*Assignment*. In the records below, find the line that contains "#247=CARTESIAN_POINT('',(0.,46.5,-32.));" and the line that contains "#301=ORIENTED_EDGE('',*,*,#145,.F.);", then retype exactly those two lines and every line between them.

Collected data entries
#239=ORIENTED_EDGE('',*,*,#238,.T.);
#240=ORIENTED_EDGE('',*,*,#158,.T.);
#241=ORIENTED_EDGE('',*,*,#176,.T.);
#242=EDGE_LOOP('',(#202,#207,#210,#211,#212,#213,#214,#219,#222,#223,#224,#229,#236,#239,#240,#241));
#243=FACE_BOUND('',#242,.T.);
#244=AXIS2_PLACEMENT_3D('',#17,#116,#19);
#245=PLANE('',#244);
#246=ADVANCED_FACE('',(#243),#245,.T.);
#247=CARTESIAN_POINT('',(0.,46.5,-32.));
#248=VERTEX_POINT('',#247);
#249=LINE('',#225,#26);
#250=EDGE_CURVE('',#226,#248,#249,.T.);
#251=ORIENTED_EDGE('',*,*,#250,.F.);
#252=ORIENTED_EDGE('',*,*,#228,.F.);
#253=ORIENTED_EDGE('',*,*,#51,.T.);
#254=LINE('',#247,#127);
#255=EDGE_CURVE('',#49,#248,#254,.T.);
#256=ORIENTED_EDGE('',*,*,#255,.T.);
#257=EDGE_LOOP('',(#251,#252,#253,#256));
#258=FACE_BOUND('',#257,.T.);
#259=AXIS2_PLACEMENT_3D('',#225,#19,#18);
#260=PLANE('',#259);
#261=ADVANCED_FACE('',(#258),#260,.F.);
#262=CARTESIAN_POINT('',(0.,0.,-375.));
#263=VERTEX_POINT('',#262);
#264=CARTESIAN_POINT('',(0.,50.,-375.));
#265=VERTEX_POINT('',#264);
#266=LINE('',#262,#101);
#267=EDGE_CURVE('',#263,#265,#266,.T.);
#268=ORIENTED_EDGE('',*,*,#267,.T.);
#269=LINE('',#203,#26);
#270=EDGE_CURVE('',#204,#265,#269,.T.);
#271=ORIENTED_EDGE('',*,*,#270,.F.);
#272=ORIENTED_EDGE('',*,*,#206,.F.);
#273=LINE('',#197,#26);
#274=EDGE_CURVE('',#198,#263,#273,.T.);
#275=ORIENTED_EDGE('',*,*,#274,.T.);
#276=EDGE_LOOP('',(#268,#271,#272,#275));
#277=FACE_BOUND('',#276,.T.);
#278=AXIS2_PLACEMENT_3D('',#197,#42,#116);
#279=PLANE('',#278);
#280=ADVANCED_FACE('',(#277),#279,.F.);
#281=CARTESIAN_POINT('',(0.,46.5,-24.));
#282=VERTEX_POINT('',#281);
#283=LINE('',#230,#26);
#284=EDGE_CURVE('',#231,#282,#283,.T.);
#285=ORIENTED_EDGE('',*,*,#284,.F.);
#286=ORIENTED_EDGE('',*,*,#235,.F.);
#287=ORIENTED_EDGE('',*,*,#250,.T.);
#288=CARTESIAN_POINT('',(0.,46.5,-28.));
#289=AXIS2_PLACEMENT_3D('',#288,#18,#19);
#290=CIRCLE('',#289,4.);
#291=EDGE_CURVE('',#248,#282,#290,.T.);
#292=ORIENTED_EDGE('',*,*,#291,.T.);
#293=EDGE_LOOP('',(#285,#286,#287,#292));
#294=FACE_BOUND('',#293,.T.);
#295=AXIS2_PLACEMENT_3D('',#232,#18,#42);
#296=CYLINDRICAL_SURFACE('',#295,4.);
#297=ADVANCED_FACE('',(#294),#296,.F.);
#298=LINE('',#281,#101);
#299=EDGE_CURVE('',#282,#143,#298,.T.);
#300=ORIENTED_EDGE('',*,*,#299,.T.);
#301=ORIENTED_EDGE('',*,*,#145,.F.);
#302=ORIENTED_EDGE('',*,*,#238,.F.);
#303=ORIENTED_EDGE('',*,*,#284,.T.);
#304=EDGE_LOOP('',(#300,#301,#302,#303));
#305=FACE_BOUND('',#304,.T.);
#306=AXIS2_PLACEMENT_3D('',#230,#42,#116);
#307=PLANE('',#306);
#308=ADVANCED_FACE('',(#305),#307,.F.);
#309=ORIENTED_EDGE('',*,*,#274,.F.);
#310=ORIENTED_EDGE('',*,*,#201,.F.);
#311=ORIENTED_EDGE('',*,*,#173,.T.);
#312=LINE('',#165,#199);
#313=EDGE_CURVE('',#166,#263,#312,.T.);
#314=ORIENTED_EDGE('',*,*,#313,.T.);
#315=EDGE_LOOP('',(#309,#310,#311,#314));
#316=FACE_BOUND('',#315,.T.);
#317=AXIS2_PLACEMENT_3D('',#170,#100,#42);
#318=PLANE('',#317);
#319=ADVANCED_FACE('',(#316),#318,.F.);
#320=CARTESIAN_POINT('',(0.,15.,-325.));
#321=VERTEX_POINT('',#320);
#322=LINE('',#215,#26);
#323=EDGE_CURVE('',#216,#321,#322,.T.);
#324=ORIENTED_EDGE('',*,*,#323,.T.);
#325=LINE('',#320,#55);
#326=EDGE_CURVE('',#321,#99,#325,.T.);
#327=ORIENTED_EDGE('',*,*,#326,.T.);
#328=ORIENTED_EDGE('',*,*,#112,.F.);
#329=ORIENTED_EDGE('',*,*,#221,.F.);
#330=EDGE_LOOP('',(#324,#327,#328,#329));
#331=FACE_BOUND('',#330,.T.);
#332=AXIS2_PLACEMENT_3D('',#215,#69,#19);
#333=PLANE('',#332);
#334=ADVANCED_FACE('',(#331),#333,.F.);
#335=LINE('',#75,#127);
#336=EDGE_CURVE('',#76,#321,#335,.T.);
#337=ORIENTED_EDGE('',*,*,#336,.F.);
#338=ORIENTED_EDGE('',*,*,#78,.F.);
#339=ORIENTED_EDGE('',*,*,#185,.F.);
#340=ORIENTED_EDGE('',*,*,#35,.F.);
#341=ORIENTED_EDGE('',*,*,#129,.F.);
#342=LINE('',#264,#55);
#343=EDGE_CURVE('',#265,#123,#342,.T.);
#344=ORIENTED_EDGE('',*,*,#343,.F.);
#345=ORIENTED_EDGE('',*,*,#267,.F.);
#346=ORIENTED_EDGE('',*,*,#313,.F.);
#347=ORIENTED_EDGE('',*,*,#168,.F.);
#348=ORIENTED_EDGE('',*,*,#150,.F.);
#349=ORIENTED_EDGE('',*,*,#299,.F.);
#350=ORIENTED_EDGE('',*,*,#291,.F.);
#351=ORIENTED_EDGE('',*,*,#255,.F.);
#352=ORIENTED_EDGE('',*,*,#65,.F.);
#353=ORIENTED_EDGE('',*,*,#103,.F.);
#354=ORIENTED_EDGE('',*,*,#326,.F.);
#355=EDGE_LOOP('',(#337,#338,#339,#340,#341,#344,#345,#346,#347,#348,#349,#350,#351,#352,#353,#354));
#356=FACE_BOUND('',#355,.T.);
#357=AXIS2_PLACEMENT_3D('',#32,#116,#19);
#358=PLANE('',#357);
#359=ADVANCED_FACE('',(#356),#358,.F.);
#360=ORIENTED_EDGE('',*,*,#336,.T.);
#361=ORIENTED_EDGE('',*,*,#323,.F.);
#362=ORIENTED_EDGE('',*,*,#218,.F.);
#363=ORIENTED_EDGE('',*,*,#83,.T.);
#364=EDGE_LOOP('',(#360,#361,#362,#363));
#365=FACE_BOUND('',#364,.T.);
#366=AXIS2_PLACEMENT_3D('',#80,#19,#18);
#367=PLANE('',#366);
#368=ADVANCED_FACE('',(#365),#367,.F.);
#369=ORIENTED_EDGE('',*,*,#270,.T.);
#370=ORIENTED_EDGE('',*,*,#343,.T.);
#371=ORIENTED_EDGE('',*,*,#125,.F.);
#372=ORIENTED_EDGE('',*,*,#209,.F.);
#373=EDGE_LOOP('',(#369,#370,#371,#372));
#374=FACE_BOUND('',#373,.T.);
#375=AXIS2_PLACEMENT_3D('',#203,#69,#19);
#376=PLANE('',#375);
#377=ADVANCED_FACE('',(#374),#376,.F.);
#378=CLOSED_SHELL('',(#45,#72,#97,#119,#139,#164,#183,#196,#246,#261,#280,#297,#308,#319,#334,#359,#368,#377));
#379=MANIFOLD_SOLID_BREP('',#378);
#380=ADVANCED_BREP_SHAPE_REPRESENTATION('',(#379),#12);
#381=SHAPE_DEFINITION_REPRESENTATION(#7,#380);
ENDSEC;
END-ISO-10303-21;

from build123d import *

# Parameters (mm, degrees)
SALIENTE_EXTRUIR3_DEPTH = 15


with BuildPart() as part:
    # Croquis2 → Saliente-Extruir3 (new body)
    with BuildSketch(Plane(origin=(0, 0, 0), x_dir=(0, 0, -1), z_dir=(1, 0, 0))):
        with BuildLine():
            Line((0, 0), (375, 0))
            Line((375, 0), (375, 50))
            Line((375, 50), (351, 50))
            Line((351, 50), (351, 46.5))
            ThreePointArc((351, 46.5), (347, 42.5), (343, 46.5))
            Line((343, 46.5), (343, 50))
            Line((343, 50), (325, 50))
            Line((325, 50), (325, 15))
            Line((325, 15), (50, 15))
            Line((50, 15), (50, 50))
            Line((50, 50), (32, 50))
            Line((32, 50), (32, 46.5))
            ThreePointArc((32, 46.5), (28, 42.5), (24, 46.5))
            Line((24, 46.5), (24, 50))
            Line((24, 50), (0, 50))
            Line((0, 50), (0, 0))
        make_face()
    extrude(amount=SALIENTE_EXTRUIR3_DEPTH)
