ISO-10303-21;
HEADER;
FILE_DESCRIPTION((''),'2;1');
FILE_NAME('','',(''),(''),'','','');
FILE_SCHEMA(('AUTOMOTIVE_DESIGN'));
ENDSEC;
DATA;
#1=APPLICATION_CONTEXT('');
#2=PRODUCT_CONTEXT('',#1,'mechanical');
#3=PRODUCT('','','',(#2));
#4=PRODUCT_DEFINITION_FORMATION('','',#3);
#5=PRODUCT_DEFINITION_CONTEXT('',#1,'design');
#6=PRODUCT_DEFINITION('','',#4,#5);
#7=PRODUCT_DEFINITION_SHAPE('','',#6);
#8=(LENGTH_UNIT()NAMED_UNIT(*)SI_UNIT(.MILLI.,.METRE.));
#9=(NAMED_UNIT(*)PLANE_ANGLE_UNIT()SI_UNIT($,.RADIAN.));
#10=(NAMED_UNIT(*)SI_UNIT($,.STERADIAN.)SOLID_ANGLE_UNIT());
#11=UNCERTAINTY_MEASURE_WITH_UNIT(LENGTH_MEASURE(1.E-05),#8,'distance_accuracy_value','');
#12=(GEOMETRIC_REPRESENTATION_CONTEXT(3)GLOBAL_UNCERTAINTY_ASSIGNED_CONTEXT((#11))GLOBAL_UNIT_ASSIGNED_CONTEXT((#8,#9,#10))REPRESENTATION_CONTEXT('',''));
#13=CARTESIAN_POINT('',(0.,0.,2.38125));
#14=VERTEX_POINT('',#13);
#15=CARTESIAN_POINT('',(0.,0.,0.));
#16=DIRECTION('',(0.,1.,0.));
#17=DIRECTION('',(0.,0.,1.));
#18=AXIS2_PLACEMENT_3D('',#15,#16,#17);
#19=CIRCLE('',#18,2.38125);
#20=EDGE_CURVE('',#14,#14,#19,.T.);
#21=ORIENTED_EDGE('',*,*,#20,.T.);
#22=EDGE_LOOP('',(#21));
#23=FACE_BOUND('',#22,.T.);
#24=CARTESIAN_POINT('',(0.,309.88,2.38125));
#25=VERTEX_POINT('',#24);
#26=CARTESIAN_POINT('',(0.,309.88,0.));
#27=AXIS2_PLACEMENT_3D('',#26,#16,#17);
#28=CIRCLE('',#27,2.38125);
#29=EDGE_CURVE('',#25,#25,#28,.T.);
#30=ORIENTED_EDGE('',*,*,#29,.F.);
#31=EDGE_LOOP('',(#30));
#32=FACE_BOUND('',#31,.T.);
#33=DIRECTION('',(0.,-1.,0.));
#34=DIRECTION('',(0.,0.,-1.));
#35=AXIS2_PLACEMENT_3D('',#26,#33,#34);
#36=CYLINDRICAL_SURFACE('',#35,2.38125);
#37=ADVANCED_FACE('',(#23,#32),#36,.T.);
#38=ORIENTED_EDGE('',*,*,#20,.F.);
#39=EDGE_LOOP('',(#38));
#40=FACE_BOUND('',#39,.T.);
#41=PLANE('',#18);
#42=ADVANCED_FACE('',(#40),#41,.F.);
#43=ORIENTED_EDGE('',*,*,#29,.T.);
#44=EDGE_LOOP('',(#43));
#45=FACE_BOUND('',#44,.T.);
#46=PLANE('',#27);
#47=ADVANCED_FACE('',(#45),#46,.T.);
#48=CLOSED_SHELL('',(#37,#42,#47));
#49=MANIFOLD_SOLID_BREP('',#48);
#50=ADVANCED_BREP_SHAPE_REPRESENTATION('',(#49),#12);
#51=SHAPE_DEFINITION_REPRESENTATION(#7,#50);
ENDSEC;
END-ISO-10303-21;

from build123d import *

# Parameters (mm, degrees)
SKETCH1_R           = 2.38125
BOSS_EXTRUDE1_DEPTH = 309.88


with BuildPart() as part:
    # Sketch1 → Boss-Extrude1 (new body)
    with BuildSketch(Plane(origin=(0, 0, 0), x_dir=(1, 0, 0), z_dir=(0, 1, 0))):
        Circle(SKETCH1_R)
    extrude(amount=BOSS_EXTRUDE1_DEPTH)


solid = part.part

*Task response*.
#247=CARTESIAN_POINT('',(0.,46.5,-32.));
#248=VERTEX_POINT('',#247);
#249=LINE('',#225,#26);
#250=EDGE_CURVE('',#226,#248,#249,.T.);
#251=ORIENTED_EDGE('',*,*,#250,.F.);
#252=ORIENTED_EDGE('',*,*,#228,.F.);
#253=ORIENTED_EDGE('',*,*,#51,.T.);
#254=LINE('',#247,#127);
#255=EDGE_CURVE('',#49,#248,#254,.T.);
#256=ORIENTED_EDGE('',*,*,#255,.T.);
#257=EDGE_LOOP('',(#251,#252,#253,#256));
#258=FACE_BOUND('',#257,.T.);
#259=AXIS2_PLACEMENT_3D('',#225,#19,#18);
#260=PLANE('',#259);
#261=ADVANCED_FACE('',(#258),#260,.F.);
#262=CARTESIAN_POINT('',(0.,0.,-375.));
#263=VERTEX_POINT('',#262);
#264=CARTESIAN_POINT('',(0.,50.,-375.));
#265=VERTEX_POINT('',#264);
#266=LINE('',#262,#101);
#267=EDGE_CURVE('',#263,#265,#266,.T.);
#268=ORIENTED_EDGE('',*,*,#267,.T.);
#269=LINE('',#203,#26);
#270=EDGE_CURVE('',#204,#265,#269,.T.);
#271=ORIENTED_EDGE('',*,*,#270,.F.);
#272=ORIENTED_EDGE('',*,*,#206,.F.);
#273=LINE('',#197,#26);
#274=EDGE_CURVE('',#198,#263,#273,.T.);
#275=ORIENTED_EDGE('',*,*,#274,.T.);
#276=EDGE_LOOP('',(#268,#271,#272,#275));
#277=FACE_BOUND('',#276,.T.);
#278=AXIS2_PLACEMENT_3D('',#197,#42,#116);
#279=PLANE('',#278);
#280=ADVANCED_FACE('',(#277),#279,.F.);
#281=CARTESIAN_POINT('',(0.,46.5,-24.));
#282=VERTEX_POINT('',#281);
#283=LINE('',#230,#26);
#284=EDGE_CURVE('',#231,#282,#283,.T.);
#285=ORIENTED_EDGE('',*,*,#284,.F.);
#286=ORIENTED_EDGE('',*,*,#235,.F.);
#287=ORIENTED_EDGE('',*,*,#250,.T.);
#288=CARTESIAN_POINT('',(0.,46.5,-28.));
#289=AXIS2_PLACEMENT_3D('',#288,#18,#19);
#290=CIRCLE('',#289,4.);
#291=EDGE_CURVE('',#248,#282,#290,.T.);
#292=ORIENTED_EDGE('',*,*,#291,.T.);
#293=EDGE_LOOP('',(#285,#286,#287,#292));
#294=FACE_BOUND('',#293,.T.);
#295=AXIS2_PLACEMENT_3D('',#232,#18,#42);
#296=CYLINDRICAL_SURFACE('',#295,4.);
#297=ADVANCED_FACE('',(#294),#296,.F.);
#298=LINE('',#281,#101);
#299=EDGE_CURVE('',#282,#143,#298,.T.);
#300=ORIENTED_EDGE('',*,*,#299,.T.);
#301=ORIENTED_EDGE('',*,*,#145,.F.);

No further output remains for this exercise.